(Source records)
=== Section Start ===

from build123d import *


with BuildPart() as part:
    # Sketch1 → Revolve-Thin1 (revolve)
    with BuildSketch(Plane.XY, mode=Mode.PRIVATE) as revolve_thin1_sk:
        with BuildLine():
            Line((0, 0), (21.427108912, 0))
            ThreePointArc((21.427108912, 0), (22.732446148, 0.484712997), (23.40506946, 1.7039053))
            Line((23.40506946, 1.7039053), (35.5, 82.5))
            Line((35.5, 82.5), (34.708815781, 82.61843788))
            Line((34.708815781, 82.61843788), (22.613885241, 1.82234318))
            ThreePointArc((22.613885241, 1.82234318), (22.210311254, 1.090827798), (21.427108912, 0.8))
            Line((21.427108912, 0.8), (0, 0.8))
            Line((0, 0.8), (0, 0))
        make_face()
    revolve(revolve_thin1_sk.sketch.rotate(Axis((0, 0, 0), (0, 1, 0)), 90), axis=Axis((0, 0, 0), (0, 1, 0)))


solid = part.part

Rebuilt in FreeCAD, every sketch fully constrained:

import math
import FreeCAD as App
import Part
import Sketcher
Q = App.Units.Quantity

doc = App.newDocument("Part")
body = doc.addObject("PartDesign::Body", "Body")

# Sketch on XY plane
sketch1 = body.newObject("Sketcher::SketchObject", "Sketch")
sketch1.AttachmentSupport = (doc.getObject("XY_Plane"), [""])
sketch1.MapMode = "FlatFace"
sketch1.addGeometry([
    Part.LineSegment(App.Vector(0, 0, 0), App.Vector(21.427109, 0, 0)),  # 0
    Part.ArcOfCircle(Part.Circle(App.Vector(21.427109, 2, 0), App.Vector(0, 0, 1), 2), math.radians(-90), math.radians(-8.513785)),  # 1
    Part.LineSegment(App.Vector(23.405069, 1.703905, 0), App.Vector(35.5, 82.5, 0)),  # 2
    Part.LineSegment(App.Vector(35.5, 82.5, 0), App.Vector(34.708816, 82.618438, 0)),  # 3
    Part.LineSegment(App.Vector(34.708816, 82.618438, 0), App.Vector(22.613885, 1.822343, 0)),  # 4
    Part.ArcOfCircle(Part.Circle(App.Vector(21.427109, 2, 0), App.Vector(0, 0, 1), 1.2), math.radians(-90), math.radians(-8.513785)),  # 5
    Part.LineSegment(App.Vector(21.427109, 0.8, 0), App.Vector(0, 0.8, 0)),  # 6
    Part.LineSegment(App.Vector(0, 0.8, 0), App.Vector(0, 0, 0)),  # 7
], False)
sketch1.addConstraint([
    Sketcher.Constraint("Tangent", 0, 2, 1, 1),
    Sketcher.Constraint("Tangent", 1, 2, 2, 1),
    Sketcher.Constraint("Coincident", 2, 2, 3, 1),
    Sketcher.Constraint("Coincident", 3, 2, 4, 1),
    Sketcher.Constraint("Tangent", 4, 2, 5, 2),
    Sketcher.Constraint("Tangent", 5, 1, 6, 1),
    Sketcher.Constraint("Coincident", 6, 2, 7, 1),
    Sketcher.Constraint("Coincident", 7, 2, 0, 1),
    Sketcher.Constraint("Horizontal", 0),
    Sketcher.Constraint("Horizontal", 6),
    Sketcher.Constraint("Vertical", 7),
    Sketcher.Constraint("Coincident", 7, 2, -1, 1),
    Sketcher.Constraint("Coincident", 5, 3, 1, 3),
    Sketcher.Constraint("Perpendicular", 2, 3),
    Sketcher.Constraint("Perpendicular", 3, 4),
    Sketcher.Constraint("Radius", 1, Q("2 mm")),
    Sketcher.Constraint("Radius", 5, Q("1.2 mm")),
    Sketcher.Constraint("DistanceX", -1, 1, 2, 2, Q("35.5 mm")),
    Sketcher.Constraint("DistanceY", -1, 1, 2, 2, Q("82.5 mm")),
    Sketcher.Constraint("DistanceX", 0, 1, 0, 2, Q("21.427109 mm")),
])
revolution = body.newObject("PartDesign::Revolution", "Revolution")
revolution.Profile = sketch1
revolution.ReferenceAxis = (sketch1, ["V_Axis"])
revolution.Angle = 360

doc.recompute()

=== Section End ===

- Problem requirements
Your task is to restate, word for word, only those lines above that fall between the line holding "Line((0, 0.8), (0, 0))" and the line holding "Rebuilt in FreeCAD, every", inclusive.

- Result
            Line((0, 0.8), (0, 0))
        make_face()
    revolve(revolve_thin1_sk.sketch.rotate(Axis((0, 0, 0), (0, 1, 0)), 90), axis=Axis((0, 0, 0), (0, 1, 0)))


solid = part.part

Rebuilt in FreeCAD, every sketch fully constrained:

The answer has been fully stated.